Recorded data

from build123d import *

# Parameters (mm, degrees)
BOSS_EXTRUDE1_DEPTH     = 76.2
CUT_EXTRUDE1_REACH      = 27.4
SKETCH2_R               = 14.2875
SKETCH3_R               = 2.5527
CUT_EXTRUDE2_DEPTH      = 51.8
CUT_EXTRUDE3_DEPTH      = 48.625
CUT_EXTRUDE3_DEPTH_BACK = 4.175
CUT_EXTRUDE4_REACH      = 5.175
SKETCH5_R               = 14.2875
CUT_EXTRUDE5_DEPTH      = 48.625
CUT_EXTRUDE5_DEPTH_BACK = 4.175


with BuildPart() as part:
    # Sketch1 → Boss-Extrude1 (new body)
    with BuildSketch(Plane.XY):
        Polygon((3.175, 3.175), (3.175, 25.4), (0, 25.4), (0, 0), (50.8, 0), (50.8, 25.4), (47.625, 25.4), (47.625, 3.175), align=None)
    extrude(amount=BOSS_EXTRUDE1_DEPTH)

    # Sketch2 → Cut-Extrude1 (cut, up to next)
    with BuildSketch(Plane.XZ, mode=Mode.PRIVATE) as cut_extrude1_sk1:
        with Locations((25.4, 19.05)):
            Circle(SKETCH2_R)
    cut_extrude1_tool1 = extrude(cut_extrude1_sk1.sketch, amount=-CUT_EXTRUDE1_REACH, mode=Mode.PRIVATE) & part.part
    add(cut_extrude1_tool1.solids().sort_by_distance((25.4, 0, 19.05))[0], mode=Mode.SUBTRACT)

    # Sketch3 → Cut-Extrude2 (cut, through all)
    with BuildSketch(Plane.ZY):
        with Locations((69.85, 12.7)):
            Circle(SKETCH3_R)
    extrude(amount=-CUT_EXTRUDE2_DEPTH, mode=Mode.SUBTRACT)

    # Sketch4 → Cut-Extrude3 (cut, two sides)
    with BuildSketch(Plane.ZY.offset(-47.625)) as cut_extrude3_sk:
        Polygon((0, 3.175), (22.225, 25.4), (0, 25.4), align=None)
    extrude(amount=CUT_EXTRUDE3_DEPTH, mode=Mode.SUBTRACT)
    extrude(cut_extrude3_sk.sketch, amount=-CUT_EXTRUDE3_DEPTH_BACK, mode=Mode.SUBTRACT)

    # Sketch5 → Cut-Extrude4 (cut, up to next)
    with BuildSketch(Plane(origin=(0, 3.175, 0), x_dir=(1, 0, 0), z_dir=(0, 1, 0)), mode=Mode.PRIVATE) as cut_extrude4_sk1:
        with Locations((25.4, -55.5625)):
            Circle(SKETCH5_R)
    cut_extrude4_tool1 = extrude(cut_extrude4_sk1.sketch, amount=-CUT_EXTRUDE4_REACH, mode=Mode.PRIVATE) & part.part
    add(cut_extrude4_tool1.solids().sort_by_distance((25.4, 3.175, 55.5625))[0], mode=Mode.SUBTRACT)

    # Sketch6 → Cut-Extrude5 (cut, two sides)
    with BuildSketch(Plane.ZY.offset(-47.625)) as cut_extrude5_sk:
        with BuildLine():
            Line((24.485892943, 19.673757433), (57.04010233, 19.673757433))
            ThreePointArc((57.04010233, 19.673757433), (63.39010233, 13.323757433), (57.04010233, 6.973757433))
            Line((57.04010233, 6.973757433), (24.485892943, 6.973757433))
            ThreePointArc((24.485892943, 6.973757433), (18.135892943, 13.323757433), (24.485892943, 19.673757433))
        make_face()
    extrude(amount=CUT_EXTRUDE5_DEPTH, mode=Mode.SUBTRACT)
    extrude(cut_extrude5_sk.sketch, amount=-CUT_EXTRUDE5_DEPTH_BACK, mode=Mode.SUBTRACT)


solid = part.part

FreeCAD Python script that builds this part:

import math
import FreeCAD as App
import Part
import Sketcher
Q = App.Units.Quantity

doc = App.newDocument("Part")
params = doc.addObject("Spreadsheet::Sheet", "Params")
for row, (alias, value) in enumerate([
    ("sketch1_width", "2 in"),
    ("sketch1_height", "1 in"),
    ("sketch1_width2", "1.75 in"),
    ("sketch1_height2", "0.875 in"),
    ("pad1_length", "3 in"),
    ("sketch2_diameter", "1.125 in"),
    ("sketch3_diameter", "0.201 in"),
    ("sketch4_width", "0.875 in"),
    ("sketch5_diameter", "1.125 in"),
    ("sketch6_radius", "0.25 in"),
], start=1):
    params.set(f"A{row}", alias)
    params.set(f"B{row}", "=" + value)
    params.setAlias(f"B{row}", alias)

body = doc.addObject("PartDesign::Body", "Body")

sketch1 = doc.addObject("Sketcher::SketchObject", "Sketch")
body.addObject(sketch1)
sketch1.AttachmentSupport = (doc.XY_Plane, [""])
sketch1.MapMode = "FlatFace"
sketch1.addGeometry(Part.LineSegment(App.Vector(3.2, 3.2, 0), App.Vector(3.2, 25.4, 0)), False)
sketch1.addGeometry(Part.LineSegment(App.Vector(3.2, 25.4, 0), App.Vector(0, 25.4, 0)), False)
sketch1.addGeometry(Part.LineSegment(App.Vector(0, 25.4, 0), App.Vector(0, 0, 0)), False)
sketch1.addGeometry(Part.LineSegment(App.Vector(0, 0, 0), App.Vector(50.8, 0, 0)), False)
sketch1.addGeometry(Part.LineSegment(App.Vector(50.8, 0, 0), App.Vector(50.8, 25.4, 0)), False)
sketch1.addGeometry(Part.LineSegment(App.Vector(50.8, 25.4, 0), App.Vector(47.6, 25.4, 0)), False)
sketch1.addGeometry(Part.LineSegment(App.Vector(47.6, 25.4, 0), App.Vector(47.6, 3.2, 0)), False)
sketch1.addGeometry(Part.LineSegment(App.Vector(47.6, 3.2, 0), App.Vector(3.2, 3.2, 0)), False)
sketch1.addConstraint(Sketcher.Constraint("Coincident", 0, 2, 1, 1))
sketch1.addConstraint(Sketcher.Constraint("Coincident", 1, 2, 2, 1))
sketch1.addConstraint(Sketcher.Constraint("Coincident", 2, 2, 3, 1))
sketch1.addConstraint(Sketcher.Constraint("Coincident", 3, 2, 4, 1))
sketch1.addConstraint(Sketcher.Constraint("Coincident", 4, 2, 5, 1))
sketch1.addConstraint(Sketcher.Constraint("Coincident", 5, 2, 6, 1))
sketch1.addConstraint(Sketcher.Constraint("Coincident", 6, 2, 7, 1))
sketch1.addConstraint(Sketcher.Constraint("Coincident", 7, 2, 0, 1))
sketch1.addConstraint(Sketcher.Constraint("Vertical", 0))
sketch1.addConstraint(Sketcher.Constraint("Horizontal", 1))
sketch1.addConstraint(Sketcher.Constraint("Vertical", 2))
sketch1.addConstraint(Sketcher.Constraint("Horizontal", 3))
sketch1.addConstraint(Sketcher.Constraint("Vertical", 4))
sketch1.addConstraint(Sketcher.Constraint("Horizontal", 5))
sketch1.addConstraint(Sketcher.Constraint("Vertical", 6))
sketch1.addConstraint(Sketcher.Constraint("Horizontal", 7))
sketch1.addConstraint(Sketcher.Constraint("Coincident", 2, 2, -1, 1))
sketch1.addConstraint(Sketcher.Constraint("Horizontal", 1, 2, 4, 2))
sketch1.addConstraint(Sketcher.Constraint("Equal", 1, 5))
sketch1.addConstraint(Sketcher.Constraint("DistanceX", 3, 1, 3, 2, Q("2 in")))
sketch1.addConstraint(Sketcher.Constraint("DistanceY", 2, 2, 2, 1, Q("1 in")))
sketch1.addConstraint(Sketcher.Constraint("DistanceX", 7, 2, 7, 1, Q("1.75 in")))
sketch1.addConstraint(Sketcher.Constraint("DistanceY", 0, 1, 0, 2, Q("0.875 in")))
sketch1.setExpression("Constraints[19]", "Params.sketch1_width")
sketch1.setExpression("Constraints[20]", "Params.sketch1_height")
sketch1.setExpression("Constraints[21]", "Params.sketch1_width2")
sketch1.setExpression("Constraints[22]", "Params.sketch1_height2")
pad1 = doc.addObject("PartDesign::Pad", "Pad")
body.addObject(pad1)
pad1.Profile = sketch1
pad1.setExpression("Length", "Params.pad1_length")

sketch2 = doc.addObject("Sketcher::SketchObject", "Sketch001")
body.addObject(sketch2)
sketch2.AttachmentSupport = (doc.XZ_Plane, [""])
sketch2.MapMode = "FlatFace"
sketch2.addGeometry(Part.Circle(App.Vector(25, 19, 0), App.Vector(0, 0, 1), 14), False)
sketch2.addConstraint(Sketcher.Constraint("Diameter", 0, Q("1.125 in")))
sketch2.addConstraint(Sketcher.Constraint("DistanceX", -1, 1, 0, 3, Q("1 in")))
sketch2.addConstraint(Sketcher.Constraint("DistanceY", -1, 1, 0, 3, Q("0.75 in")))
sketch2.setExpression("Constraints[0]", "Params.sketch2_diameter")
pocket1 = doc.addObject("PartDesign::Pocket", "Pocket")
body.addObject(pocket1)
pocket1.Profile = sketch2
pocket1.Type = "UpToFirst"

sketch3 = doc.addObject("Sketcher::SketchObject", "Sketch002")
body.addObject(sketch3)
sketch3.AttachmentSupport = (doc.YZ_Plane, [""])
sketch3.MapMode = "FlatFace"
sketch3.addGeometry(Part.Circle(App.Vector(12.7, 69.8, 0), App.Vector(0, 0, 1), 2.6), False)
sketch3.addConstraint(Sketcher.Constraint("Diameter", 0, Q("0.201 in")))
sketch3.addConstraint(Sketcher.Constraint("DistanceX", -1, 1, 0, 3, Q("0.5 in")))
sketch3.addConstraint(Sketcher.Constraint("DistanceY", -1, 1, 0, 3, Q("2.75 in")))
sketch3.setExpression("Constraints[0]", "Params.sketch3_diameter")
pocket2 = doc.addObject("PartDesign::Pocket", "Pocket001")
body.addObject(pocket2)
pocket2.Profile = sketch3
pocket2.Type = "ThroughAll"
pocket2.Reversed = True

sketch4 = doc.addObject("Sketcher::SketchObject", "Sketch003")
body.addObject(sketch4)
sketch4.AttachmentSupport = (doc.YZ_Plane, [""])
sketch4.MapMode = "FlatFace"
sketch4.AttachmentOffset = App.Placement(App.Vector(0, 0, 1.875 * 25.4), App.Rotation())
sketch4.addGeometry(Part.LineSegment(App.Vector(3, 0, 0), App.Vector(25, 22, 0)), False)
sketch4.addGeometry(Part.LineSegment(App.Vector(25, 22, 0), App.Vector(25, 0, 0)), False)
sketch4.addGeometry(Part.LineSegment(App.Vector(25, 0, 0), App.Vector(3, 0, 0)), False)
sketch4.addConstraint(Sketcher.Constraint("Coincident", 0, 2, 1, 1))
sketch4.addConstraint(Sketcher.Constraint("Coincident", 1, 2, 2, 1))
sketch4.addConstraint(Sketcher.Constraint("Coincident", 2, 2, 0, 1))
sketch4.addConstraint(Sketcher.Constraint("Vertical", 1))
sketch4.addConstraint(Sketcher.Constraint("Horizontal", 2))
sketch4.addConstraint(Sketcher.Constraint("PointOnObject", 1, 2, -1))
sketch4.addConstraint(Sketcher.Constraint("Equal", 2, 1))
sketch4.addConstraint(Sketcher.Constraint("DistanceX", -1, 1, 0, 2, Q("1 in")))
sketch4.addConstraint(Sketcher.Constraint("DistanceX", 2, 2, 2, 1, Q("0.875 in")))
sketch4.setExpression("Constraints[8]", "Params.sketch4_width")
pocket3 = doc.addObject("PartDesign::Pocket", "Pocket002")
body.addObject(pocket3)
pocket3.Profile = sketch4
pocket3.Type = "ThroughAll"
pocket3.Midplane = True

sketch5 = doc.addObject("Sketcher::SketchObject", "Sketch004")
body.addObject(sketch5)
sketch5.AttachmentSupport = (doc.XZ_Plane, [""])
sketch5.MapMode = "FlatFace"
sketch5.AttachmentOffset = App.Placement(App.Vector(0, 0, -0.125 * 25.4), App.Rotation())
sketch5.addGeometry(Part.Circle(App.Vector(25, 56, 0), App.Vector(0, 0, 1), 14), False)
sketch5.addConstraint(Sketcher.Constraint("Diameter", 0, Q("1.125 in")))
sketch5.addConstraint(Sketcher.Constraint("DistanceX", -1, 1, 0, 3, Q("1 in")))
sketch5.addConstraint(Sketcher.Constraint("DistanceY", -1, 1, 0, 3, Q("2.1875 in")))
sketch5.setExpression("Constraints[0]", "Params.sketch5_diameter")
pocket4 = doc.addObject("PartDesign::Pocket", "Pocket003")
body.addObject(pocket4)
pocket4.Profile = sketch5
pocket4.Type = "UpToFirst"
pocket4.Reversed = True

sketch6 = doc.addObject("Sketcher::SketchObject", "Sketch005")
body.addObject(sketch6)
sketch6.AttachmentSupport = (doc.YZ_Plane, [""])
sketch6.MapMode = "FlatFace"
sketch6.AttachmentOffset = App.Placement(App.Vector(0, 0, 1.875 * 25.4), App.Rotation())
sketch6.addGeometry(Part.LineSegment(App.Vector(20, 57, 0), App.Vector(20, 24, 0)), False)
sketch6.addGeometry(Part.ArcOfCircle(Part.Circle(App.Vector(13, 24, 0), App.Vector(0, 0, 1), 6), math.radians(180), math.radians(360)), False)
sketch6.addGeometry(Part.LineSegment(App.Vector(7, 24, 0), App.Vector(7, 57, 0)), False)
sketch6.addGeometry(Part.ArcOfCircle(Part.Circle(App.Vector(13, 57, 0), App.Vector(0, 0, 1), 6), math.radians(0), math.radians(180)), False)
sketch6.addConstraint(Sketcher.Constraint("Tangent", 0, 2, 1, 2))
sketch6.addConstraint(Sketcher.Constraint("Tangent", 1, 1, 2, 1))
sketch6.addConstraint(Sketcher.Constraint("Tangent", 2, 2, 3, 2))
sketch6.addConstraint(Sketcher.Constraint("Tangent", 3, 1, 0, 1))
sketch6.addConstraint(Sketcher.Constraint("Vertical", 0))
sketch6.addConstraint(Sketcher.Constraint("Vertical", 2))
sketch6.addConstraint(Sketcher.Constraint("Radius", 1, Q("0.25 in")))
sketch6.addConstraint(Sketcher.Constraint("DistanceY", 0, 2, 0, 1, Q("32.554209 mm")))
sketch6.addConstraint(Sketcher.Constraint("DistanceX", -1, 1, 1, 3, Q("13.323757 mm")))
sketch6.addConstraint(Sketcher.Constraint("DistanceY", -1, 1, 1, 3, Q("24.485893 mm")))
sketch6.setExpression("Constraints[6]", "Params.sketch6_radius")
pocket5 = doc.addObject("PartDesign::Pocket", "Pocket004")
body.addObject(pocket5)
pocket5.Profile = sketch6
pocket5.Type = "ThroughAll"
pocket5.Midplane = True

doc.recompute()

Problem statement:
Of the lines above, extract only those from the line with "# Sketch5 →" to the line with "FreeCAD Python script", both included, exactly as written.

Answer:
    # Sketch5 → Cut-Extrude4 (cut, up to next)
    with BuildSketch(Plane(origin=(0, 3.175, 0), x_dir=(1, 0, 0), z_dir=(0, 1, 0)), mode=Mode.PRIVATE) as cut_extrude4_sk1:
        with Locations((25.4, -55.5625)):
            Circle(SKETCH5_R)
    cut_extrude4_tool1 = extrude(cut_extrude4_sk1.sketch, amount=-CUT_EXTRUDE4_REACH, mode=Mode.PRIVATE) & part.part
    add(cut_extrude4_tool1.solids().sort_by_distance((25.4, 3.175, 55.5625))[0], mode=Mode.SUBTRACT)

    # Sketch6 → Cut-Extrude5 (cut, two sides)
    with BuildSketch(Plane.ZY.offset(-47.625)) as cut_extrude5_sk:
        with BuildLine():
            Line((24.485892943, 19.673757433), (57.04010233, 19.673757433))
            ThreePointArc((57.04010233, 19.673757433), (63.39010233, 13.323757433), (57.04010233, 6.973757433))
            Line((57.04010233, 6.973757433), (24.485892943, 6.973757433))
            ThreePointArc((24.485892943, 6.973757433), (18.135892943, 13.323757433), (24.485892943, 19.673757433))
        make_face()
    extrude(amount=CUT_EXTRUDE5_DEPTH, mode=Mode.SUBTRACT)
    extrude(cut_extrude5_sk.sketch, amount=-CUT_EXTRUDE5_DEPTH_BACK, mode=Mode.SUBTRACT)


solid = part.part

FreeCAD Python script that builds this part:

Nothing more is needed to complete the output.